#### [Work required]
Locate, in the data below, the line that contains "with BuildPart() as" and the line that contains "cirpattern1_axis = Axis((0, 0, 0), (0, 0, 1))"; reproduce exactly those two lines and every line between them, nothing more.
╭─ Working data
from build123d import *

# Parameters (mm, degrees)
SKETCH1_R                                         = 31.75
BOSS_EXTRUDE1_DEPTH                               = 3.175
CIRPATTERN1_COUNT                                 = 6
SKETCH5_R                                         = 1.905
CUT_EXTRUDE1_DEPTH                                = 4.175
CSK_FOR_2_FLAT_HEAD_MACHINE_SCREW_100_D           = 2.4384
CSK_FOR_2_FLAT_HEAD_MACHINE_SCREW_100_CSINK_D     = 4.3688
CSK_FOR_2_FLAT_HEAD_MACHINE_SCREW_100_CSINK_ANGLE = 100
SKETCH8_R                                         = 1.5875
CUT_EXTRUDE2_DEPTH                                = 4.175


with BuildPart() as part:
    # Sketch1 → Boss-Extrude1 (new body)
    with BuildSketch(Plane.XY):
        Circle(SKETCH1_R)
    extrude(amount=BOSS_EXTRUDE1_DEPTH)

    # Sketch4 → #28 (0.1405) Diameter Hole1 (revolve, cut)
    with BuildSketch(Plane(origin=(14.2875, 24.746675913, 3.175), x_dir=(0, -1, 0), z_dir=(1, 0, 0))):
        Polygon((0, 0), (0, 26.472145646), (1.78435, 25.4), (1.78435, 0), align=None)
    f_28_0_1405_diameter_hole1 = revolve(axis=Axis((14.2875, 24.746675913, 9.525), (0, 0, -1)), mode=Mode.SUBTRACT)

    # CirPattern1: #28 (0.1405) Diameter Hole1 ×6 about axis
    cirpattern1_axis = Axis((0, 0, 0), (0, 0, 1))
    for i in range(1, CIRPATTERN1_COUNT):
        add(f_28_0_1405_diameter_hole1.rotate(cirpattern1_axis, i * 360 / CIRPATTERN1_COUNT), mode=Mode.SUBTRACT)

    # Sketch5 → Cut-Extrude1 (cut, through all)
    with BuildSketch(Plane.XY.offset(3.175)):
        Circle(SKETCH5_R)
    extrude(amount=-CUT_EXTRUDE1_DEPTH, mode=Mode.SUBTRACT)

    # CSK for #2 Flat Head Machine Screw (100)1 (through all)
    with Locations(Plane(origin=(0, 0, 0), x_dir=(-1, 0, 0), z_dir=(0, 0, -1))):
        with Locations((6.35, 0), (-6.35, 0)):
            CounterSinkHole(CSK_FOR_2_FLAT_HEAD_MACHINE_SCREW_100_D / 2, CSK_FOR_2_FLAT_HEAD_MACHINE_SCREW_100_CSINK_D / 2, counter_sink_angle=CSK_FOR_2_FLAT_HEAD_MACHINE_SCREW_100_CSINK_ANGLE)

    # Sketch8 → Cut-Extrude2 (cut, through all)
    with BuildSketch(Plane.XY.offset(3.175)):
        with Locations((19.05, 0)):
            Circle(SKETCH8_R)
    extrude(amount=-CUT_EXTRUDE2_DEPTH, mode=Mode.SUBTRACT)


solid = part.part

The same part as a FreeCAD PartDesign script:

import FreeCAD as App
import Part
import Sketcher
from FreeCAD import Vector
Q = App.Units.Quantity


def add_polygon(sketch, points):
    """Adds a closed chain of lines whose ends are joined by coincident constraints."""
    first, n = sketch.GeometryCount, len(points)
    for a, b in zip(points, points[1:] + points[:1]):
        sketch.addGeometry(Part.LineSegment(App.Vector(*a, 0), App.Vector(*b, 0)), False)
    for i in range(n):
        sketch.addConstraint(Sketcher.Constraint("Coincident", first + i, 2, first + (i + 1) % n, 1))

doc = App.newDocument("Part")
body = doc.addObject("PartDesign::Body", "Body")

# Sketch on XY plane
sketch1 = body.newObject("Sketcher::SketchObject", "Sketch")
sketch1.AttachmentSupport = (doc.getObject("XY_Plane"), [""])
sketch1.MapMode = "FlatFace"
sketch1.addGeometry(Part.Circle(Vector(0, 0, 0), Vector(0, 0, 1), 32), False)
sketch1.addConstraint([
    Sketcher.Constraint("Coincident", 0, 3, -1, 1),
    Sketcher.Constraint("Diameter", 0, Q("2.5 in")),
])
pad1 = body.newObject("PartDesign::Pad", "Pad")
pad1.Profile = sketch1
pad1.Length = Q("0.125 in")

# Sketch on YZ plane
sketch2 = body.newObject("Sketcher::SketchObject", "Sketch001")
sketch2.AttachmentSupport = (doc.getObject("YZ_Plane"), [""])
sketch2.MapMode = "FlatFace"
sketch2.AttachmentOffset = App.Placement(Vector(0, 0, 0.5625 * 25.4), App.Rotation())
add_polygon(sketch2, [(24.7, -23.3), (24.7, 3.2), (23, 3.2), (23, -22.2)])  # lines 0-3
sketch2.addGeometry(Part.LineSegment(Vector(24.7, 3.2, 0), Vector(24.7, -23.3, 0)), True)  # axis
sketch2.addConstraint([
    Sketcher.Constraint("Vertical", 0),
    Sketcher.Constraint("Horizontal", 1),
    Sketcher.Constraint("Vertical", 2),
    Sketcher.Constraint("Vertical", 4),
    Sketcher.Constraint("Coincident", 4, 1, 0, 2),
    Sketcher.Constraint("Equal", 0, 4),
    Sketcher.Constraint("DistanceY", 2, 2, 2, 1, Q("1 in")),
    Sketcher.Constraint("Angle", 3, Q("-31 deg")),
    Sketcher.Constraint("DistanceY", -1, 1, 0, 2, Q("0.125 in")),
    Sketcher.Constraint("DistanceX", 1, 2, 1, 1, 1.78435),
    Sketcher.Constraint("DistanceX", -1, 1, 0, 2, 24.746676),
])
groove = body.newObject("PartDesign::Groove", "Groove")
groove.Profile = sketch2
groove.ReferenceAxis = (sketch2, ["Axis0"])
groove.Angle = 360
doc.recompute()

polarpattern = body.newObject("PartDesign::PolarPattern", "PolarPattern")
polarpattern.Originals = [groove]
polarpattern.Axis = (doc.getObject("Z_Axis"), [""])
polarpattern.Angle = 360
polarpattern.Occurrences = 6
body.Tip = polarpattern

# Sketch on XY plane
sketch3 = body.newObject("Sketcher::SketchObject", "Sketch002")
sketch3.AttachmentSupport = (doc.getObject("XY_Plane"), [""])
sketch3.MapMode = "FlatFace"
sketch3.AttachmentOffset = App.Placement(Vector(0, 0, 0.125 * 25.4), App.Rotation())
sketch3.addGeometry(Part.Circle(Vector(0, 0, 0), Vector(0, 0, 1), 1.9), False)
sketch3.addConstraint([
    Sketcher.Constraint("Coincident", 0, 3, -1, 1),
    Sketcher.Constraint("Diameter", 0, Q("0.15 in")),
])
pocket1 = body.newObject("PartDesign::Pocket", "Pocket")
pocket1.Profile = sketch3
pocket1.Type = "ThroughAll"

# Sketch on XY plane
sketch4 = body.newObject("Sketcher::SketchObject", "Sketch003")
sketch4.AttachmentSupport = (doc.getObject("XY_Plane"), [""])
sketch4.MapMode = "FlatFace"
sketch4.addGeometry([
    Part.Circle(Vector(-6.3, 0, 0), Vector(0, 0, 1), 1.2),
    Part.Circle(Vector(6.3, 0, 0), Vector(0, 0, 1), 1.2),
], False)
sketch4.addConstraint([
    Sketcher.Constraint("Equal", 0, 1),
    Sketcher.Constraint("Symmetric", 0, 3, 1, 3, -1, 1),
    Sketcher.Constraint("PointOnObject", 0, 3, -1),
    Sketcher.Constraint("Diameter", 0, Q("0.096 in")),
    Sketcher.Constraint("DistanceX", 0, 3, 1, 3, Q("0.5 in")),
])
doc.recompute()
hole = body.newObject("PartDesign::Hole", "Hole")
hole.Profile = sketch4
hole.ThreadType = "None"
hole.Diameter = Q("0.096 in")
hole.DepthType = "ThroughAll"
hole.HoleCutType = "Countersink"
hole.HoleCutDiameter = Q("0.172 in")
hole.HoleCutCountersinkAngle = 100
hole.Reversed = True

# Sketch on XY plane
sketch5 = body.newObject("Sketcher::SketchObject", "Sketch004")
sketch5.AttachmentSupport = (doc.getObject("XY_Plane"), [""])
sketch5.MapMode = "FlatFace"
sketch5.AttachmentOffset = App.Placement(Vector(0, 0, 0.125 * 25.4), App.Rotation())
sketch5.addGeometry(Part.Circle(Vector(19.1, 0, 0), Vector(0, 0, 1), 1.6), False)
sketch5.addConstraint([
    Sketcher.Constraint("PointOnObject", 0, 3, -1),
    Sketcher.Constraint("Diameter", 0, Q("0.125 in")),
    Sketcher.Constraint("DistanceX", -1, 1, 0, 3, Q("0.75 in")),
])
pocket2 = body.newObject("PartDesign::Pocket", "Pocket001")
pocket2.Profile = sketch5
pocket2.Type = "ThroughAll"

doc.recompute()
╰─
#### [Answer to this exercise]
with BuildPart() as part:
    # Sketch1 → Boss-Extrude1 (new body)
    with BuildSketch(Plane.XY):
        Circle(SKETCH1_R)
    extrude(amount=BOSS_EXTRUDE1_DEPTH)

    # Sketch4 → #28 (0.1405) Diameter Hole1 (revolve, cut)
    with BuildSketch(Plane(origin=(14.2875, 24.746675913, 3.175), x_dir=(0, -1, 0), z_dir=(1, 0, 0))):
        Polygon((0, 0), (0, 26.472145646), (1.78435, 25.4), (1.78435, 0), align=None)
    f_28_0_1405_diameter_hole1 = revolve(axis=Axis((14.2875, 24.746675913, 9.525), (0, 0, -1)), mode=Mode.SUBTRACT)

    # CirPattern1: #28 (0.1405) Diameter Hole1 ×6 about axis
    cirpattern1_axis = Axis((0, 0, 0), (0, 0, 1))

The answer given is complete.